The HAADF STEM image in Figure 1 shows the Si/STO/PZT stack. The green region labeled Spectrum Image indicates the EELS analysis region (138 x 120 pixels in size, 5 ms exposure per pixel). Figure 2 shows an integrated spectrum across the blue region in Figure 1. This spectrum spans an energy range from 200 – 3200 eV and includes all elemental edges of the Si/STO/PZT sample. Furthermore, all of the edges in the spectrum, even when >1800 eV, have sufficient signal-to-noise ratios to accurately conduct any necessary data processing; such as multiple linear least squares (MLLS) fitting, fine structure analysis, and elemental quantification and mapping. For example, mapping using MLLS fitting effectively separates the overlapping Si K and Sr L edges shown in Figure 3. Also, the clear shape change and energy shift of the Si K edge in Figure 3 reveals the presence of a SiOx layer in the Si/STO/PZT stack.
The Ti L, O K, Si K, Sr L, Zr L, and Pb M edges were then mapped to show the elemental distribution in the Si/STO/PZT structure. As the spectra collected at each pixel contain all elemental edges, individual raw element maps can be easily combined to yield the detailed elemental distribution map seen in Figure 4. This map was collected with a very short (5 ms) exposure time per pixel and total collection time of less than 90 seconds. No filtering or other data enhancement process was needed to improve the quality. The map reveals the SiOx region as an interlayer at the Si/STO interface, in addition to periodic changes in Ti concentration that correlate with image contrast changes seen in Figure 1.

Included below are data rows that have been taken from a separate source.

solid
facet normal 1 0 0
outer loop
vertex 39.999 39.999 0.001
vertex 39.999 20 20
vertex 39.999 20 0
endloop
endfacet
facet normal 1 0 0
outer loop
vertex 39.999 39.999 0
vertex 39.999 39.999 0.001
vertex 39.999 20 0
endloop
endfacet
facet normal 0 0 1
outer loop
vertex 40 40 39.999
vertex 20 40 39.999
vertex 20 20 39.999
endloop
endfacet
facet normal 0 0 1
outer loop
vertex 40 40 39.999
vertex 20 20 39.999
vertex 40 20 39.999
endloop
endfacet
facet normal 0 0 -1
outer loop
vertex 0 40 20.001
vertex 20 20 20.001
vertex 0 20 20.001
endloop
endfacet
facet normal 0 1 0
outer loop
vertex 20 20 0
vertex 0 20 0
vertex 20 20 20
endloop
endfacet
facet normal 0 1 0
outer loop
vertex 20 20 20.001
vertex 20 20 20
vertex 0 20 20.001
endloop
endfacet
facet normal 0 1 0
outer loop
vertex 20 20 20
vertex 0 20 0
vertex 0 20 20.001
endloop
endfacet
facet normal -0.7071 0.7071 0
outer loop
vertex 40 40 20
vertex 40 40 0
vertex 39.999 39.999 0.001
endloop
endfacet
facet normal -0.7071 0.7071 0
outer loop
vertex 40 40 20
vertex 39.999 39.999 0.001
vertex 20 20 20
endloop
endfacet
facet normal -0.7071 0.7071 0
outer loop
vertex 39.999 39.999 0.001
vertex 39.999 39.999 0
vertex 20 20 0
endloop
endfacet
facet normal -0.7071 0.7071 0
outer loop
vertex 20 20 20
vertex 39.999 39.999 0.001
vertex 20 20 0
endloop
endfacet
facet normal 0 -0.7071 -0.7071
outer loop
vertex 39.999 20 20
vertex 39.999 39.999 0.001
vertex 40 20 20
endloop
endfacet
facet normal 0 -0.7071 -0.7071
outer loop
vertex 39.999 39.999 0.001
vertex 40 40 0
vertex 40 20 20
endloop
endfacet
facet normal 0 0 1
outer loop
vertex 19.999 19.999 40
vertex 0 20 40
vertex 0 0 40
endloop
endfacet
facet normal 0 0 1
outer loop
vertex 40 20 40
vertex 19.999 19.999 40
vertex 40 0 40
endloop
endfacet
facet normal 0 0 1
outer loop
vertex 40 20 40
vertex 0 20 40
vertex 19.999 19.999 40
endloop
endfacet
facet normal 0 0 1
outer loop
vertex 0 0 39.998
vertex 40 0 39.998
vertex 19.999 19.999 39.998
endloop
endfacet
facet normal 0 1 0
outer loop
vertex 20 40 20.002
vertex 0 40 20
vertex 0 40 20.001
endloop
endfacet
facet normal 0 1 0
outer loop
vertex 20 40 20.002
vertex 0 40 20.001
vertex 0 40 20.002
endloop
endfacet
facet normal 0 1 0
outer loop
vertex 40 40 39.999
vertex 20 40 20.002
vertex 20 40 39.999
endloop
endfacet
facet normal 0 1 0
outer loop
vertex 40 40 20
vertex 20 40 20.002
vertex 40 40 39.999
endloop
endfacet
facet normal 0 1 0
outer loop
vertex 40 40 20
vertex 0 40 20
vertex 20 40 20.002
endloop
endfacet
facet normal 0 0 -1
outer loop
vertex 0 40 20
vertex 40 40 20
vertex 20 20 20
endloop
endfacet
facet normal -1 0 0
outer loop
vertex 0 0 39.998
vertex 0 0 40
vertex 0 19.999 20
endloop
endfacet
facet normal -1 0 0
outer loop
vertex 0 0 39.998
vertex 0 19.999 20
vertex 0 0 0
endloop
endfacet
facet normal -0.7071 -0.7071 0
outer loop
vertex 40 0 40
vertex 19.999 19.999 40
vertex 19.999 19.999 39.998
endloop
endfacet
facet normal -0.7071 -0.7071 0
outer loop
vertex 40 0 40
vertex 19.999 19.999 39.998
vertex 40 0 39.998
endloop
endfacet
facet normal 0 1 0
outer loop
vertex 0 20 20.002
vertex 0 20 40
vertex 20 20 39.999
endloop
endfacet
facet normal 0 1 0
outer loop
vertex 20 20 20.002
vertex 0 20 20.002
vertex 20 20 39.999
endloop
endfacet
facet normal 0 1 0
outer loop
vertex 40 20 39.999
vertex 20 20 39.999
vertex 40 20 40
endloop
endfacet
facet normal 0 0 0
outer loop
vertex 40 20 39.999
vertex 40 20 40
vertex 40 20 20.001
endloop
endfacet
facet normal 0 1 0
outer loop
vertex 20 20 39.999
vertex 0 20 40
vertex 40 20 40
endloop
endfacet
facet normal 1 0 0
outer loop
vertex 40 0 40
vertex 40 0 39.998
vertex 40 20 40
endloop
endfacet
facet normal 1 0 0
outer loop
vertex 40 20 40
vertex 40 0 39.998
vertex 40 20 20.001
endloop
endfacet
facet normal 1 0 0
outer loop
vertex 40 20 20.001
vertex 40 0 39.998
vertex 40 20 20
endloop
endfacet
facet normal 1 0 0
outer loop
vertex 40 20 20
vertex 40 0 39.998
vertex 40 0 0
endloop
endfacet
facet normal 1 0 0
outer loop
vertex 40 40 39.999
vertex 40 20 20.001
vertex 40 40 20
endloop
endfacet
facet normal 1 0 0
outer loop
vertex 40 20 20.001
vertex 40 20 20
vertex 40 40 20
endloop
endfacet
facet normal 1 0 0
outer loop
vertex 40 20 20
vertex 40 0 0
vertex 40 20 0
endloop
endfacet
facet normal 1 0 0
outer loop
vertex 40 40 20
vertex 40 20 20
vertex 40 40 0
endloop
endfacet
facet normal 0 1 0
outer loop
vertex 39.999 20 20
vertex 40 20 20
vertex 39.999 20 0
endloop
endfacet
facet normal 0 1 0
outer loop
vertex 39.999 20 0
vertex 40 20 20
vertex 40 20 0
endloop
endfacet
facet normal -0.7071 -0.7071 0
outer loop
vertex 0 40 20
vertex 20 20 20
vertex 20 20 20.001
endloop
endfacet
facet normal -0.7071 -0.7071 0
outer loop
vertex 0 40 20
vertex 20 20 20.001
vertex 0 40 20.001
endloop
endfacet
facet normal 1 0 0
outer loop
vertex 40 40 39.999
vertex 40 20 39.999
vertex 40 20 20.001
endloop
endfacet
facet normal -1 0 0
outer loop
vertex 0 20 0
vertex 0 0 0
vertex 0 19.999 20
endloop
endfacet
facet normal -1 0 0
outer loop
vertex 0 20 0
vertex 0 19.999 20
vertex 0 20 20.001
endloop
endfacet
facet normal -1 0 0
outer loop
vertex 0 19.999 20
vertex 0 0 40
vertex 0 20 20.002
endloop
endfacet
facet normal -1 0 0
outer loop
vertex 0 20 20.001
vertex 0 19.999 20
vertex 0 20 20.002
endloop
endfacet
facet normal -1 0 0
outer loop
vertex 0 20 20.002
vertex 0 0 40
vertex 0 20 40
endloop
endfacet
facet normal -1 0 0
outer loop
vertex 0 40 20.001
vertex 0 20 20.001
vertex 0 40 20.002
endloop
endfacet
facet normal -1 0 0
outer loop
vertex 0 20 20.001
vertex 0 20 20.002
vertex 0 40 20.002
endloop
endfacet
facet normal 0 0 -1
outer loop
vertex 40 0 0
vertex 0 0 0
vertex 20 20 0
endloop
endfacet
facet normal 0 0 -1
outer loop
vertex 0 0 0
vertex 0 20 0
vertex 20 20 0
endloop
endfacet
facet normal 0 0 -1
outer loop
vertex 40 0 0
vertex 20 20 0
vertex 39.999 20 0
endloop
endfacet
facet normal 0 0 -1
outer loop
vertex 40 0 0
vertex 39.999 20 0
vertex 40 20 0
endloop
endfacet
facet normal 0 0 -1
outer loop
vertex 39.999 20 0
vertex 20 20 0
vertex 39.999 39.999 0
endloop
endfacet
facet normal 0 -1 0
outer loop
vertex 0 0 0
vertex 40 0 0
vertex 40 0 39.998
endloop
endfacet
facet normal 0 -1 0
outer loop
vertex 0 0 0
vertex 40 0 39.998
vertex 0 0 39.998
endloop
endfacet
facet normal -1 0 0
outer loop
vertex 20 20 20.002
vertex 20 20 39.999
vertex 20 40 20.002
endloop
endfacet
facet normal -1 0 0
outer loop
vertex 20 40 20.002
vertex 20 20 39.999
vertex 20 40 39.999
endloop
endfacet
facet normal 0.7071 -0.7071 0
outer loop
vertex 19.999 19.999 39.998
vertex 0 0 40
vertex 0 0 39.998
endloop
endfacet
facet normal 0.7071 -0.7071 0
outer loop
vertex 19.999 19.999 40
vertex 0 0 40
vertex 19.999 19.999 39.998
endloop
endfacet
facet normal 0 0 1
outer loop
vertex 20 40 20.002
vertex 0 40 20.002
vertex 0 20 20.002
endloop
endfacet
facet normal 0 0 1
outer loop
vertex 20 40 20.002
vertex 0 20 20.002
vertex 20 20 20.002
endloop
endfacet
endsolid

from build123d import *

# Parameters (mm, degrees)
SKETCH1_W           = 40
SKETCH1_H           = 40
BOSS_EXTRUDE1_DEPTH = 40
SKETCH2_W           = 20
SKETCH2_H           = 20
CUT_EXTRUDE1_DEPTH  = 20
SKETCH3_W           = 20
SKETCH3_H           = 20
CUT_EXTRUDE2_DEPTH  = 10
CUT_EXTRUDE7_DEPTH  = 10
SKETCH8_W           = 20
SKETCH8_H           = 20
BOSS_EXTRUDE2_DEPTH = 10
CUT_EXTRUDE8_DEPTH  = 10
SKETCH10_W          = 20
SKETCH10_H          = 20
CUT_EXTRUDE9_DEPTH  = 5
CUT_EXTRUDE13_DEPTH = 10
SKETCH13_W          = 20
SKETCH13_H          = 20
CUT_EXTRUDE15_DEPTH = 20
CUT_EXTRUDE16_DEPTH = 0.001
CUT_EXTRUDE21_DEPTH = 0.001
SKETCH17_W          = 20
SKETCH17_H          = 20
BOSS_EXTRUDE5_DEPTH = 14.999
CUT_EXTRUDE23_DEPTH = 0.0001
BOSS_EXTRUDE6_DEPTH = 0.0001
SKETCH21_W          = 20
SKETCH21_H          = 20
CUT_EXTRUDE25_DEPTH = 9.998
BOSS_EXTRUDE7_DEPTH = 9.998
CUT_EXTRUDE26_DEPTH = 0.0001


with BuildPart() as part:
    # Sketch1 → Boss-Extrude1 (new body)
    with BuildSketch(Plane.XY):
        with Locations((20, 20)):
            Rectangle(SKETCH1_W, SKETCH1_H)
    extrude(amount=BOSS_EXTRUDE1_DEPTH)

    # Sketch2 → Cut-Extrude1 (cut)
    with BuildSketch(Plane.XY.offset(40)):
        with Locations((30, 30)):
            Rectangle(SKETCH2_W, SKETCH2_H)
    extrude(amount=-CUT_EXTRUDE1_DEPTH, mode=Mode.SUBTRACT)

    # Sketch3 → Cut-Extrude2 (cut)
    with BuildSketch(Plane.XY.offset(40)):
        with Locations((10, 30)):
            Rectangle(SKETCH3_W, SKETCH3_H)
    extrude(amount=-CUT_EXTRUDE2_DEPTH, mode=Mode.SUBTRACT)

    # Sketch7 → Cut-Extrude7 (cut)
    with BuildSketch(Plane(origin=(0, 0, 0), x_dir=(-1, 0, 0), z_dir=(0, 0, -1))):
        Polygon((-40, 40), (-20, 20), (0, 40), align=None)
    extrude(amount=-CUT_EXTRUDE7_DEPTH, mode=Mode.SUBTRACT)

    # Sketch8 → Boss-Extrude2 (add)
    with BuildSketch(Plane.XY.offset(20)):
        with Locations((30, 30)):
            Rectangle(SKETCH8_W, SKETCH8_H)
    extrude(amount=BOSS_EXTRUDE2_DEPTH)

    # Sketch9 → Cut-Extrude8 (cut)
    with BuildSketch(Plane(origin=(0, 0, 10), x_dir=(-1, 0, 0), z_dir=(0, 0, -1))):
        Polygon((-40, 40), (-20, 20), (0, 40), align=None)
    extrude(amount=-CUT_EXTRUDE8_DEPTH, mode=Mode.SUBTRACT)

    # Sketch10 → Cut-Extrude9 (cut)
    with BuildSketch(Plane.XY.offset(30)):
        with Locations((30, 30)):
            Rectangle(SKETCH10_W, SKETCH10_H)
    extrude(amount=-CUT_EXTRUDE9_DEPTH, mode=Mode.SUBTRACT)

    # Sketch12 → Cut-Extrude13 (cut)
    with BuildSketch(Plane.XY.offset(40)):
        Polygon((0, 0), (19.999, 19.999), (40, 0), align=None)
    extrude(amount=-CUT_EXTRUDE13_DEPTH, mode=Mode.SUBTRACT)

    # Sketch13 → Cut-Extrude15 (cut)
    with BuildSketch(Plane.ZY):
        with Locations((10, 30)):
            Rectangle(SKETCH13_W, SKETCH13_H)
    extrude(amount=-CUT_EXTRUDE15_DEPTH, mode=Mode.SUBTRACT)

    # Sketch14 → Cut-Extrude16 (cut)
    with BuildSketch(Plane(origin=(0, 0, 20), x_dir=(-1, 0, 0), z_dir=(0, 0, -1))):
        Polygon((-20, 20), (0, 40), (0, 20), align=None)
    extrude(amount=-CUT_EXTRUDE16_DEPTH, mode=Mode.SUBTRACT)

    # Sketch16 → Cut-Extrude21 (cut)
    with BuildSketch(Plane(origin=(40, 0, 0), x_dir=(0, 0, -1), z_dir=(1, 0, 0))):
        Polygon((0, 40), (-20, 20), (0, 20), align=None)
    extrude(amount=-CUT_EXTRUDE21_DEPTH, mode=Mode.SUBTRACT)

    # Sketch17 → Boss-Extrude5 (add)
    with BuildSketch(Plane.XY.offset(25)):
        with Locations((30, 30)):
            Rectangle(SKETCH17_W, SKETCH17_H)
    extrude(amount=BOSS_EXTRUDE5_DEPTH)

    # Sketch18 → Cut-Extrude23 (cut)
    with BuildSketch(Plane(origin=(40, 0, 0), x_dir=(0, 0, -1), z_dir=(1, 0, 0))):
        Polygon((-40, 20), (-20.001, 20), (-39.999, 40), align=None)
    extrude(amount=-CUT_EXTRUDE23_DEPTH, mode=Mode.SUBTRACT)

    # Sketch20 → Boss-Extrude6 (add)
    with BuildSketch(Plane(origin=(0, 0, 20.001), x_dir=(-1, 0, 0), z_dir=(0, 0, -1))):
        Polygon((-20, 20), (0, 20), (0, 40), align=None)
    extrude(amount=BOSS_EXTRUDE6_DEPTH)

    # Sketch21 → Cut-Extrude25 (cut)
    with BuildSketch(Plane.XY.offset(30)):
        with Locations((10, 30)):
            Rectangle(SKETCH21_W, SKETCH21_H)
    extrude(amount=-CUT_EXTRUDE25_DEPTH, mode=Mode.SUBTRACT)

    # Sketch22 → Boss-Extrude7 (add)
    with BuildSketch(Plane.XY.offset(30)):
        Polygon((0, 0), (20, 20), (40, 0), align=None)
    extrude(amount=BOSS_EXTRUDE7_DEPTH)

    # Sketch23 → Cut-Extrude26 (cut)
    with BuildSketch(Plane.ZY):
        Polygon((0, 0), (20, 19.999), (40, 0), align=None)
    extrude(amount=-CUT_EXTRUDE26_DEPTH, mode=Mode.SUBTRACT)


solid = part.part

Figure 5 shows a closer examination of the Ti L2,3 edges in the STO and PZT regions. There is strong crystal field splitting in each edge. However, the fine structure also shows slight shifts in peak maxima and changes to the peak intensity. These differences indicate the different atomic arrangement of Ti4+ in STO and PZT.
The GIF Continuum distinction
The GIF Continuum significantly extends the analytical possibilities with EELS, as seen here in the spectrum imaging of the Si/STO/PZT stack. The newly redesigned energy slit assures proper alignment of spectra in the optical path and extends the energy range that an individual spectrum can cover to 3000 eV. Additionally, the GIF Continuum’s all-new detector stack technology significantly improves sensitivity while reducing noise and can provide high-quality spectra when using low beam currents or fast acquisition times.
The GIF Continuum delivers a data-rich analysis of the Si/STO/PZT structure. The advantages of the GIF Continuum extend to all current samples of interest for EELS characterization and also to samples where EELS analysis was not possible using previous spectrometer technology.
Special thanks to Dr. Paola Favia at IMEC Belgium for providing the TEM specimen.